- _Data in this exercise_
*** Begin section ***

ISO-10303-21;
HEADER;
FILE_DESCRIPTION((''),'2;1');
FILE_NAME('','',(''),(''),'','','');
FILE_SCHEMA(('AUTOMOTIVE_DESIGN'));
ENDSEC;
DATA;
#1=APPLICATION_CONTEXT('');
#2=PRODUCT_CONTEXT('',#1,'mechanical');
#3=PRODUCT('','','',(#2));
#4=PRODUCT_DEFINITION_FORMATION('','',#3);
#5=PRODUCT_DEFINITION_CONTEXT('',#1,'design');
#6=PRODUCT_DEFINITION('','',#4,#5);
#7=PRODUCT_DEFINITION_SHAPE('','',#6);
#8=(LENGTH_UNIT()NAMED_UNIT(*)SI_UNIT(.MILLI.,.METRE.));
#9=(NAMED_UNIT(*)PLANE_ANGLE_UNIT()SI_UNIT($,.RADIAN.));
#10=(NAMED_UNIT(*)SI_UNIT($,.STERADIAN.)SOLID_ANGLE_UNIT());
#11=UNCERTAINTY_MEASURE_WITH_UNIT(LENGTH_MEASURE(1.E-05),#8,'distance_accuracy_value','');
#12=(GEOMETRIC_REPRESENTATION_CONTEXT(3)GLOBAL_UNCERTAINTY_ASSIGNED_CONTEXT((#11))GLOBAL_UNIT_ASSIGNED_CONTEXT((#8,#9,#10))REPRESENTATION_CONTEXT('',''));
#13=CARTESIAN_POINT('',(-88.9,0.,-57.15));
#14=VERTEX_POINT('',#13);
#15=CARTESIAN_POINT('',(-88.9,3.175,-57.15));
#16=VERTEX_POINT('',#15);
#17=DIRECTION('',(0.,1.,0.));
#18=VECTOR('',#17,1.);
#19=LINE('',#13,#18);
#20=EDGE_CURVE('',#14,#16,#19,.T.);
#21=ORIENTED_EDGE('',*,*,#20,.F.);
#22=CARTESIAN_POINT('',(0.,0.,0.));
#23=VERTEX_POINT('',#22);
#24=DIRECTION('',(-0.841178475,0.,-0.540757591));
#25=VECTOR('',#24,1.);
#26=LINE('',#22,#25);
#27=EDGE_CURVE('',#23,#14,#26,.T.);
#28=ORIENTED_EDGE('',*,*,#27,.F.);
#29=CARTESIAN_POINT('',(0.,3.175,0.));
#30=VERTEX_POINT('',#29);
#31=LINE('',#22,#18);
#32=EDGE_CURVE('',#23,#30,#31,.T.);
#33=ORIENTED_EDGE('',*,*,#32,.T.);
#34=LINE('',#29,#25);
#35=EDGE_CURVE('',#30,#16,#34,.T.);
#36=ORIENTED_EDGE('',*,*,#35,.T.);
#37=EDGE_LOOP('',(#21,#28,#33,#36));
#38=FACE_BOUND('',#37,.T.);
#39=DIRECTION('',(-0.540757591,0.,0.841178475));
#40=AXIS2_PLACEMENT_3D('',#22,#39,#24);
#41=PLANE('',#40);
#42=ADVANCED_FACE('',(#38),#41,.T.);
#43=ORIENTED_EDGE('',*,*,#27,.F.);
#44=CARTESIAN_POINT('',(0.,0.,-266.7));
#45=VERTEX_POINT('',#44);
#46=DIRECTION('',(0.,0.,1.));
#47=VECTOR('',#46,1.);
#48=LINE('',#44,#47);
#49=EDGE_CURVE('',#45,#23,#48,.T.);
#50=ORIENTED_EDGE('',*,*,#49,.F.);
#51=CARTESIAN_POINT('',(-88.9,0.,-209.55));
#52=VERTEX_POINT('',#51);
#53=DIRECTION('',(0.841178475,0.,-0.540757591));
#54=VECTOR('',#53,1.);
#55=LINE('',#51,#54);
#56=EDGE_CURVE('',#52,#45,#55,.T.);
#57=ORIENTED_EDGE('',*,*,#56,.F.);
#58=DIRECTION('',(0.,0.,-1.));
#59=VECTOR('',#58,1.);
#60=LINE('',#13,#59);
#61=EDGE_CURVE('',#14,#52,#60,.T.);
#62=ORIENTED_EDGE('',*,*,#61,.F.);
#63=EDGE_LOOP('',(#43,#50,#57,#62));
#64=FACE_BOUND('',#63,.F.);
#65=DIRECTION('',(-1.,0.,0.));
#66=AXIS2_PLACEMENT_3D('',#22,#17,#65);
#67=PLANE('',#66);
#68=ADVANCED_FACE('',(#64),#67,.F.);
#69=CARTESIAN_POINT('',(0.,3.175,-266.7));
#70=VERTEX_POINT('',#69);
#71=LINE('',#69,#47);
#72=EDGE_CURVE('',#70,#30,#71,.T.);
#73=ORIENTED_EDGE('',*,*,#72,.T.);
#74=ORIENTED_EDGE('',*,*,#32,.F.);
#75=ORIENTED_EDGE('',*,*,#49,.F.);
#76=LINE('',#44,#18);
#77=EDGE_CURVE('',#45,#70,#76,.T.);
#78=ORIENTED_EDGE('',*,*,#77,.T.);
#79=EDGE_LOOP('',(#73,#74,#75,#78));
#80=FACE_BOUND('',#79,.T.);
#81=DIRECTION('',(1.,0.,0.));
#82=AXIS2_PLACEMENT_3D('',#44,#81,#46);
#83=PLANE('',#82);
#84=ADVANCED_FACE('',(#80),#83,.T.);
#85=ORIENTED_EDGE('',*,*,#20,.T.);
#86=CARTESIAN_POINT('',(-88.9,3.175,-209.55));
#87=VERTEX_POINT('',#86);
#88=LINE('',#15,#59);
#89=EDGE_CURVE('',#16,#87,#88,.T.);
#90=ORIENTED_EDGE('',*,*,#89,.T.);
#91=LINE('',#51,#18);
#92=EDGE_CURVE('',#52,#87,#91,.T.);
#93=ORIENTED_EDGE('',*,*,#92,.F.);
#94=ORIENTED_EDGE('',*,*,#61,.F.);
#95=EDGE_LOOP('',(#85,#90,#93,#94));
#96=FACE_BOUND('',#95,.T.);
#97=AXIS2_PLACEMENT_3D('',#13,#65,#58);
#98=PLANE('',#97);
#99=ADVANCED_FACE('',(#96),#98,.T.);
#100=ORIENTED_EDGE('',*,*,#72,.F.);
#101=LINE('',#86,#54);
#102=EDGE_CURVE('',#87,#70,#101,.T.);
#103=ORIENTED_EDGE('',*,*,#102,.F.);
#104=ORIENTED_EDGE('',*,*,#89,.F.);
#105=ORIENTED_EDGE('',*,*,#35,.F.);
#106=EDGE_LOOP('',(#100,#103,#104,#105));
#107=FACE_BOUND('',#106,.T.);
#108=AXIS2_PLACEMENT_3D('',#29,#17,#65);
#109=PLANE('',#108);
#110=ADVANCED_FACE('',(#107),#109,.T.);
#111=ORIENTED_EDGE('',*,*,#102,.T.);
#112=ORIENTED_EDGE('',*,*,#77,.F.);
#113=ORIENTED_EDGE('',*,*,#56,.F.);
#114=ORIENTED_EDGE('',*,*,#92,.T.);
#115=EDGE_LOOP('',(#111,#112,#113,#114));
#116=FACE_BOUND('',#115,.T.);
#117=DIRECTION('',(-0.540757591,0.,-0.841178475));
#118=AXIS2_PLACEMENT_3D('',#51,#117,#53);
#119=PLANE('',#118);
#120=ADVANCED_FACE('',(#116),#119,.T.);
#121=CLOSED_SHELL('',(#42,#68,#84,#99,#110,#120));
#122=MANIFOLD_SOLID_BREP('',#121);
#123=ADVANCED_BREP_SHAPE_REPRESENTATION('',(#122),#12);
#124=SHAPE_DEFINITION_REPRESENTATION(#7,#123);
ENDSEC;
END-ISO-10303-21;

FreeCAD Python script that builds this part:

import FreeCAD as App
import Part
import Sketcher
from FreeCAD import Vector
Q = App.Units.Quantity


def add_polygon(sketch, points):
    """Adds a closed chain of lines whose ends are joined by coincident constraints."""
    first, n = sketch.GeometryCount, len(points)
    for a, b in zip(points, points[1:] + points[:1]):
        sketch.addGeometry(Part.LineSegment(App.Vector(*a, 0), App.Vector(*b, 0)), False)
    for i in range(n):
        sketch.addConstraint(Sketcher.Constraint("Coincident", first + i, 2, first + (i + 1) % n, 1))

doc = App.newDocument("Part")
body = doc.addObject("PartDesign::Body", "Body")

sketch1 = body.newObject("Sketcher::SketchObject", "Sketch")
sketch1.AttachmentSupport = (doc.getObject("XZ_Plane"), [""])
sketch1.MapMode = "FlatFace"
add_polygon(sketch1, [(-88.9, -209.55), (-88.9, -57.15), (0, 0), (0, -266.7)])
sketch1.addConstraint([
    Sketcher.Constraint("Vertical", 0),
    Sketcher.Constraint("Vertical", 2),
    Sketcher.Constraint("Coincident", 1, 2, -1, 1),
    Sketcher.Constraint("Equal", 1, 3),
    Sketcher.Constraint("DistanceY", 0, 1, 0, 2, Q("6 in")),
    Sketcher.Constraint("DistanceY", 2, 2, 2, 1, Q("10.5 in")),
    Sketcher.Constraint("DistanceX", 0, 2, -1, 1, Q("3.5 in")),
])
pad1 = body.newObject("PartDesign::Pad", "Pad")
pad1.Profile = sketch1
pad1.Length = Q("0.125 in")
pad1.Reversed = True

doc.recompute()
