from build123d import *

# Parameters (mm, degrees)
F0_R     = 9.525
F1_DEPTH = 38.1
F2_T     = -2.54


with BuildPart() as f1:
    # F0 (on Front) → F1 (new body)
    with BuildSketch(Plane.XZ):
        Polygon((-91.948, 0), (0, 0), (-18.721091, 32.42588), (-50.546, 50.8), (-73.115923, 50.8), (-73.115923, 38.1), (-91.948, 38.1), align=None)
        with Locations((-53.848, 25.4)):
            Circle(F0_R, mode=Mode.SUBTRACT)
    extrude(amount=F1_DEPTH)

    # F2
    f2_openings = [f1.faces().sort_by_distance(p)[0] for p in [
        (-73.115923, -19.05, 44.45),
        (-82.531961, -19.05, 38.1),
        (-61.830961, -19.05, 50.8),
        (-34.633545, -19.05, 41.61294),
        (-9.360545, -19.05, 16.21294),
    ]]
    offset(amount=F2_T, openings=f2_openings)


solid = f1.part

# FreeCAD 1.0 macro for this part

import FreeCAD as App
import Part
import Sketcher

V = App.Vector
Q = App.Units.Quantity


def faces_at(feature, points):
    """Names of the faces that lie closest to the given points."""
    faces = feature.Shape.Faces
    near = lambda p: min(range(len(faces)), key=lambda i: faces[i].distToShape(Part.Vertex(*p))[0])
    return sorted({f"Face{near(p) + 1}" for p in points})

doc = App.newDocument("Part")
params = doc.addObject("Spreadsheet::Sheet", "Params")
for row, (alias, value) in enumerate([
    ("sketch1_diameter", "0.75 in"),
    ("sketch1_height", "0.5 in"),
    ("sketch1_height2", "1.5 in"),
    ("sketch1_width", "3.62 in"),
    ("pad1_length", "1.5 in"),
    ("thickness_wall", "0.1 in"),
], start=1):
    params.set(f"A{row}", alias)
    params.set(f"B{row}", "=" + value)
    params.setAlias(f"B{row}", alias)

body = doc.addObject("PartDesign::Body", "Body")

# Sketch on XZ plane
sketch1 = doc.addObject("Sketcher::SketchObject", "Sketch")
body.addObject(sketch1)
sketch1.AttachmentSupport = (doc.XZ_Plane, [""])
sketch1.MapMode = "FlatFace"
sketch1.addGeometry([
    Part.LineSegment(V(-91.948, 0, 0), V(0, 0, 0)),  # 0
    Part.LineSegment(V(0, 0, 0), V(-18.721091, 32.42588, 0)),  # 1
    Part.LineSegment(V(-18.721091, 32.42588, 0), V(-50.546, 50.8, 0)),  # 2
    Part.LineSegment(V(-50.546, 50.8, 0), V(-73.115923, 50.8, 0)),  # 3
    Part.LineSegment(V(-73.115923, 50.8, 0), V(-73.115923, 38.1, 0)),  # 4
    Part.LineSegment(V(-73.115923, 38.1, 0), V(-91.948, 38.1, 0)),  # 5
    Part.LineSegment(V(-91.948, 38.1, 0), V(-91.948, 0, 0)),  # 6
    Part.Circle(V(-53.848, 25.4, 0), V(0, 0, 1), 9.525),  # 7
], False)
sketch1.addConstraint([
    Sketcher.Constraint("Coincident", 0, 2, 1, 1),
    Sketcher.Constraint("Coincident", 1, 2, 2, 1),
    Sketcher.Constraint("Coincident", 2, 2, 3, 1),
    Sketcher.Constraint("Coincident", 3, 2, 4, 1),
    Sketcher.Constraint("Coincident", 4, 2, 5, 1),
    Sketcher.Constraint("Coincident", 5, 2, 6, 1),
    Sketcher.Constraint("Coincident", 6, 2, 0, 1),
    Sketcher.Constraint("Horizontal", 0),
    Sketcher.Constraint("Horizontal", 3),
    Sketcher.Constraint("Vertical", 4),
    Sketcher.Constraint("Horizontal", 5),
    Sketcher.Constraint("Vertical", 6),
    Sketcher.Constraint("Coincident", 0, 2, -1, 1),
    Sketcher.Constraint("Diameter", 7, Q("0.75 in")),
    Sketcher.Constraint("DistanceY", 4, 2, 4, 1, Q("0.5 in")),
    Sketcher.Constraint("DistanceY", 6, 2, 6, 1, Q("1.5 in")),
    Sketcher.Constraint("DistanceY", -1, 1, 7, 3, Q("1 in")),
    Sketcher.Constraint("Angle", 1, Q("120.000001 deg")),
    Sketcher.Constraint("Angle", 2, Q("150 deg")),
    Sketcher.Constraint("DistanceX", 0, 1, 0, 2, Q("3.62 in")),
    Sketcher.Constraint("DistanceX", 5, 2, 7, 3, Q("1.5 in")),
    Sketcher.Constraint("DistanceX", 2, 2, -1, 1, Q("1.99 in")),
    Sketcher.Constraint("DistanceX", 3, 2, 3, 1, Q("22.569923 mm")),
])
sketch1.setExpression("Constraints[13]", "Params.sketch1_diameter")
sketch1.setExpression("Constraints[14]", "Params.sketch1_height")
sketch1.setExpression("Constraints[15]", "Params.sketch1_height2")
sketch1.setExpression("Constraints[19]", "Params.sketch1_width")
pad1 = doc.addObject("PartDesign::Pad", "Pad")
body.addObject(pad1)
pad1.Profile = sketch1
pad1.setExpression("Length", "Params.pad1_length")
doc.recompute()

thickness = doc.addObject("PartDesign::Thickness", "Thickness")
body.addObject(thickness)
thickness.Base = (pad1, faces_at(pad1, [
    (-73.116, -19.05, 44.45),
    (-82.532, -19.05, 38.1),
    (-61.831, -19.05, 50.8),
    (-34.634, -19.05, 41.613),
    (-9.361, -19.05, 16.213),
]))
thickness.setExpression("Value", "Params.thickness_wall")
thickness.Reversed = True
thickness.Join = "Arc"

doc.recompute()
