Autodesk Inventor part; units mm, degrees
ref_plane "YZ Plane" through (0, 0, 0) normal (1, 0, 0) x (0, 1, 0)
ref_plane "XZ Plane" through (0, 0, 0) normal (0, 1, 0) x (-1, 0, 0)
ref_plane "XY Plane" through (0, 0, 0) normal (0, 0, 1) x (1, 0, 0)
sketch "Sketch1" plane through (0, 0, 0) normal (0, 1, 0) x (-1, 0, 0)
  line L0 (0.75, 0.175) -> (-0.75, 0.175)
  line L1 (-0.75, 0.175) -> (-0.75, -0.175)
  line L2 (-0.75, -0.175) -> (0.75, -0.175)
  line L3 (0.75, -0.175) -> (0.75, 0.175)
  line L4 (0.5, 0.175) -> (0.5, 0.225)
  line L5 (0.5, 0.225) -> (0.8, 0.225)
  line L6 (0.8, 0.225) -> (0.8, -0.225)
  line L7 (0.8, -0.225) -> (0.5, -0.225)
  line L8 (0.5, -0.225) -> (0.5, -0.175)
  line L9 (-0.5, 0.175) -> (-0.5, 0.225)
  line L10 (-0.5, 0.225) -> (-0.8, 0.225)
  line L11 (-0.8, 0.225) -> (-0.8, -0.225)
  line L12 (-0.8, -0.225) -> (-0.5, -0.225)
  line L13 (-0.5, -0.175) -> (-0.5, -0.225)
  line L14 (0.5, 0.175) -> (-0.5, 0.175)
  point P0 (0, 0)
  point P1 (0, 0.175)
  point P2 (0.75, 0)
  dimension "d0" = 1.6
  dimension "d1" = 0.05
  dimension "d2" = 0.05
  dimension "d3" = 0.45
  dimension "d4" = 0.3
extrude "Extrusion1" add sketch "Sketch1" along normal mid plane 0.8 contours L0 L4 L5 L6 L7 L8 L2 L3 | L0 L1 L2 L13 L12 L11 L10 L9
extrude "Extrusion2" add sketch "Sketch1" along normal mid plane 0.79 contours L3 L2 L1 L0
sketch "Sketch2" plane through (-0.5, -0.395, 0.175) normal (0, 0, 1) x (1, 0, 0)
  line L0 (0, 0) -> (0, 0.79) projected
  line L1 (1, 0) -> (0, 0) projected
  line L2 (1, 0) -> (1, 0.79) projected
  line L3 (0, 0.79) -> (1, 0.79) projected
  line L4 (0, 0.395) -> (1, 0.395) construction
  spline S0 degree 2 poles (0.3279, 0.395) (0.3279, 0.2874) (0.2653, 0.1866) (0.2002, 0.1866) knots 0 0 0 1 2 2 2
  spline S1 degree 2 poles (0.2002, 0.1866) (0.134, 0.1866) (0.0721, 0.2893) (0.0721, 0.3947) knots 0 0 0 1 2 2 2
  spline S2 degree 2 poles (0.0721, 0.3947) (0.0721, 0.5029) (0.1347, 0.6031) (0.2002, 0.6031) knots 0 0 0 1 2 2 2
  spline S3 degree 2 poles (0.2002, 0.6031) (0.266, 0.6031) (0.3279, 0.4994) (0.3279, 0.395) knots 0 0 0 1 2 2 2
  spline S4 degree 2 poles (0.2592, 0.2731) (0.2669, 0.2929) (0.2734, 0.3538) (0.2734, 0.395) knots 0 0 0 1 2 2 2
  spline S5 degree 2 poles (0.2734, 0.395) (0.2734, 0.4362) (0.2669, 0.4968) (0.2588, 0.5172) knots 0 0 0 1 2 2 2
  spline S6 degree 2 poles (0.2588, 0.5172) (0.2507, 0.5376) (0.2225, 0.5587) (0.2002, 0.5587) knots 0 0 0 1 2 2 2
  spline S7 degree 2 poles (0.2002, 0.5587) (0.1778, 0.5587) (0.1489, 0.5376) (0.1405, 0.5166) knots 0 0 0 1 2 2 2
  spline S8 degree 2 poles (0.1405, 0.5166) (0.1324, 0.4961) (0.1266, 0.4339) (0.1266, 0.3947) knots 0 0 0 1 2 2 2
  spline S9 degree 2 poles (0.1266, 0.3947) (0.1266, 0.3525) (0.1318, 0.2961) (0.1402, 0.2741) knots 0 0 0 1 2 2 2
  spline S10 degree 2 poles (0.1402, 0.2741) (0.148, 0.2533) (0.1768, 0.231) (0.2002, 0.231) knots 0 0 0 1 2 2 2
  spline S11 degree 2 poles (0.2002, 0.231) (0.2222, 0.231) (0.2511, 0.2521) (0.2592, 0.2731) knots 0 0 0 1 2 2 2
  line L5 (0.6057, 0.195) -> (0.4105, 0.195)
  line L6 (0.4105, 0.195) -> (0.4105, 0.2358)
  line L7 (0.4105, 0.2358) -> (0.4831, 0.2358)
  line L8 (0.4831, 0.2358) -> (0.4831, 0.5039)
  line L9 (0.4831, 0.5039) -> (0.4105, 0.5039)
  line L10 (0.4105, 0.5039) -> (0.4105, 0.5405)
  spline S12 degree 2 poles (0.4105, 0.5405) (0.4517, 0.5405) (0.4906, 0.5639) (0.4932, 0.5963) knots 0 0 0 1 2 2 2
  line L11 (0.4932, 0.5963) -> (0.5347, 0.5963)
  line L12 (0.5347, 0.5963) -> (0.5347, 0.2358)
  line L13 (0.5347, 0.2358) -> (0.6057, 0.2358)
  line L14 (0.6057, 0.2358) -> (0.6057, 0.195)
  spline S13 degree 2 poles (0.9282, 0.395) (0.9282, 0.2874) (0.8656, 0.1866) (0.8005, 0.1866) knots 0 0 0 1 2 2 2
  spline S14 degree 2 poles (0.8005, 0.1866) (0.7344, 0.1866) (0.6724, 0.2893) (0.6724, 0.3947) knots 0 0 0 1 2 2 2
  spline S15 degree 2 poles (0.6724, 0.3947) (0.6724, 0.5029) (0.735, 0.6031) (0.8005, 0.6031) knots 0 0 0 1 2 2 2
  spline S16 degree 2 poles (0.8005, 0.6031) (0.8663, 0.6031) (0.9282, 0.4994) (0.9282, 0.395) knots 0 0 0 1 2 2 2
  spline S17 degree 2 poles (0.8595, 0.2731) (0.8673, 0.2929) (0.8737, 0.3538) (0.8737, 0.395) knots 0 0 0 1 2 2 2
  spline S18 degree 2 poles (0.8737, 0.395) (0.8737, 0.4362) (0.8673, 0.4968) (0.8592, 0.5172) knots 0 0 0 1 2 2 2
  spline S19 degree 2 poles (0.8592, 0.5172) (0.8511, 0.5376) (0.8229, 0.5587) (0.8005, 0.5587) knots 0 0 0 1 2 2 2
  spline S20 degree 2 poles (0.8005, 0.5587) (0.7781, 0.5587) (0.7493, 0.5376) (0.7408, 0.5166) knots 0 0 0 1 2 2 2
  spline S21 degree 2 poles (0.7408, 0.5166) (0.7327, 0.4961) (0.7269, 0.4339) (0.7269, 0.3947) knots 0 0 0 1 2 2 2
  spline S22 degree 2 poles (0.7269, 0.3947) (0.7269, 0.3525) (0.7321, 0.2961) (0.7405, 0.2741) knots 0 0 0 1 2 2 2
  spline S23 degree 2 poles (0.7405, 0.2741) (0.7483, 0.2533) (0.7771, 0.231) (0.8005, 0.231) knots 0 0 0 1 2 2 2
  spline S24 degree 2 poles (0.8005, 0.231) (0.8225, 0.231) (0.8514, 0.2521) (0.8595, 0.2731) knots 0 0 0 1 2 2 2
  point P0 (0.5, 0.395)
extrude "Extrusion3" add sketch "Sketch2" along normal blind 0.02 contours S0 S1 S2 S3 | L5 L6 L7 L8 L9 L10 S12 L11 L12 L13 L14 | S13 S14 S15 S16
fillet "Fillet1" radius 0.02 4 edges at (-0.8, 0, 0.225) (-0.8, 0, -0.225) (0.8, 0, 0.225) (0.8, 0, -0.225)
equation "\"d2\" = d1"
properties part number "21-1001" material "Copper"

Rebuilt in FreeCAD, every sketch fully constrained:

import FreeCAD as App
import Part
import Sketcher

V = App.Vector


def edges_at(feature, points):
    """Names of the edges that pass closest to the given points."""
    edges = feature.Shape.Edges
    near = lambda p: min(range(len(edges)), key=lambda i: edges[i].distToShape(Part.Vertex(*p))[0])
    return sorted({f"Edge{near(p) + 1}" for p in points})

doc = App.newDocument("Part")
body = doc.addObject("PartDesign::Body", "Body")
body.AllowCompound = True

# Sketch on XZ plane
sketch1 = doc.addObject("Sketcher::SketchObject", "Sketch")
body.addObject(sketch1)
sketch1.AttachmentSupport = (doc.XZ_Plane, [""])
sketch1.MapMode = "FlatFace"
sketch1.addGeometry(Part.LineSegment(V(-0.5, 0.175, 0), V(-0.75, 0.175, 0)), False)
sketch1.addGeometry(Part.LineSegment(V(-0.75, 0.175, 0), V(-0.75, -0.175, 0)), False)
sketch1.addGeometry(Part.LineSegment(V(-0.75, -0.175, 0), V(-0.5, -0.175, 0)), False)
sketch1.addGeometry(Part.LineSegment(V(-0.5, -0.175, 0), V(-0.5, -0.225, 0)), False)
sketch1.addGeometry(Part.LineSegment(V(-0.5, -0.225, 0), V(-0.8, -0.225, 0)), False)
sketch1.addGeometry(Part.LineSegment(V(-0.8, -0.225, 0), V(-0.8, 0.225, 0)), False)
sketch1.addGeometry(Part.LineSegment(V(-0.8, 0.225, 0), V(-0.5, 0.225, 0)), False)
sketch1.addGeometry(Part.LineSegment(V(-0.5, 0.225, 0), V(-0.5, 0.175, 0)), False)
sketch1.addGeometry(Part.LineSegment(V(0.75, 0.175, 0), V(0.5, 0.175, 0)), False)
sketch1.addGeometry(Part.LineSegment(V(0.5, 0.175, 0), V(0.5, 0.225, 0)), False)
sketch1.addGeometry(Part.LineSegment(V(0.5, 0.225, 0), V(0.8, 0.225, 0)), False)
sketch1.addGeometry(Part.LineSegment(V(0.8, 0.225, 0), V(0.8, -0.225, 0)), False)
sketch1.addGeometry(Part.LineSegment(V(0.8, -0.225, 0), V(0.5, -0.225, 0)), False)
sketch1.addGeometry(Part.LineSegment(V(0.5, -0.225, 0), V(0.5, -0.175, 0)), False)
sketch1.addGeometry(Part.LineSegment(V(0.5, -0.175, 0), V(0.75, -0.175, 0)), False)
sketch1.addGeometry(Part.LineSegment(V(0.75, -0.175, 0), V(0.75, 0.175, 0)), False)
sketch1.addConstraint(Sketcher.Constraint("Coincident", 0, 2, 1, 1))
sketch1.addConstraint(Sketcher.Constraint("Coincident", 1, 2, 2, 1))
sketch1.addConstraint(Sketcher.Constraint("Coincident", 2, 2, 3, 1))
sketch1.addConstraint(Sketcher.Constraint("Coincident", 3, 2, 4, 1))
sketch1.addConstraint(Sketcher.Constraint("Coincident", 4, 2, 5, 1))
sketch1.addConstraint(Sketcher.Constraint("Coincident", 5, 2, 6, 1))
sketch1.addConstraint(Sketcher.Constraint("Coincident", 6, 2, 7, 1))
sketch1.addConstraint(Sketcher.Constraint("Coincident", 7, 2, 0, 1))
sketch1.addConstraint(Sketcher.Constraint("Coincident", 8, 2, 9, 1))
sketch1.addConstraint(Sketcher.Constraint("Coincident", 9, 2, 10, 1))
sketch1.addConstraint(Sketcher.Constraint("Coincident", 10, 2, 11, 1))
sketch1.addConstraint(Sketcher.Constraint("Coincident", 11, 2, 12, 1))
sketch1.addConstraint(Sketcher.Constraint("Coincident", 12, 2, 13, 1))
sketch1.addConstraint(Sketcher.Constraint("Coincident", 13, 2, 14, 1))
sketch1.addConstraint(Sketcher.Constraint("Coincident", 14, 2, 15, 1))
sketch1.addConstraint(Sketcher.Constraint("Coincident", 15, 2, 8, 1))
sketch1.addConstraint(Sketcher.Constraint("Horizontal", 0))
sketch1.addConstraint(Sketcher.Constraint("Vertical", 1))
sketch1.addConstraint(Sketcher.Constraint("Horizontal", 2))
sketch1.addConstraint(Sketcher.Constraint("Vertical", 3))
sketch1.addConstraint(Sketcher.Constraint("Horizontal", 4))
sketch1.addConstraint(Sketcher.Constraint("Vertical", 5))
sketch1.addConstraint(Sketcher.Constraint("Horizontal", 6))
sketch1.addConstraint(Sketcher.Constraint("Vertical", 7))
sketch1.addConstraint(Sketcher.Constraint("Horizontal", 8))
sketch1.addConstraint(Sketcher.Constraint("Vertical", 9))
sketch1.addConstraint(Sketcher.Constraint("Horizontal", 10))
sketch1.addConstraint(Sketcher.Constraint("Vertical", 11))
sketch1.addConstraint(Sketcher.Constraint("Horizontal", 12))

*** End section ***

- _Your instructions_
Copy exactly the stretch of data above from the line with "#111=ORIENTED_EDGE('',*,*,#102,.T.);" through the line with "FreeCAD Python script", and omit all other lines.

- _Solution_
#111=ORIENTED_EDGE('',*,*,#102,.T.);
#112=ORIENTED_EDGE('',*,*,#77,.F.);
#113=ORIENTED_EDGE('',*,*,#56,.F.);
#114=ORIENTED_EDGE('',*,*,#92,.T.);
#115=EDGE_LOOP('',(#111,#112,#113,#114));
#116=FACE_BOUND('',#115,.T.);
#117=DIRECTION('',(-0.540757591,0.,-0.841178475));
#118=AXIS2_PLACEMENT_3D('',#51,#117,#53);
#119=PLANE('',#118);
#120=ADVANCED_FACE('',(#116),#119,.T.);
#121=CLOSED_SHELL('',(#42,#68,#84,#99,#110,#120));
#122=MANIFOLD_SOLID_BREP('',#121);
#123=ADVANCED_BREP_SHAPE_REPRESENTATION('',(#122),#12);
#124=SHAPE_DEFINITION_REPRESENTATION(#7,#123);
ENDSEC;
END-ISO-10303-21;

FreeCAD Python script that builds this part:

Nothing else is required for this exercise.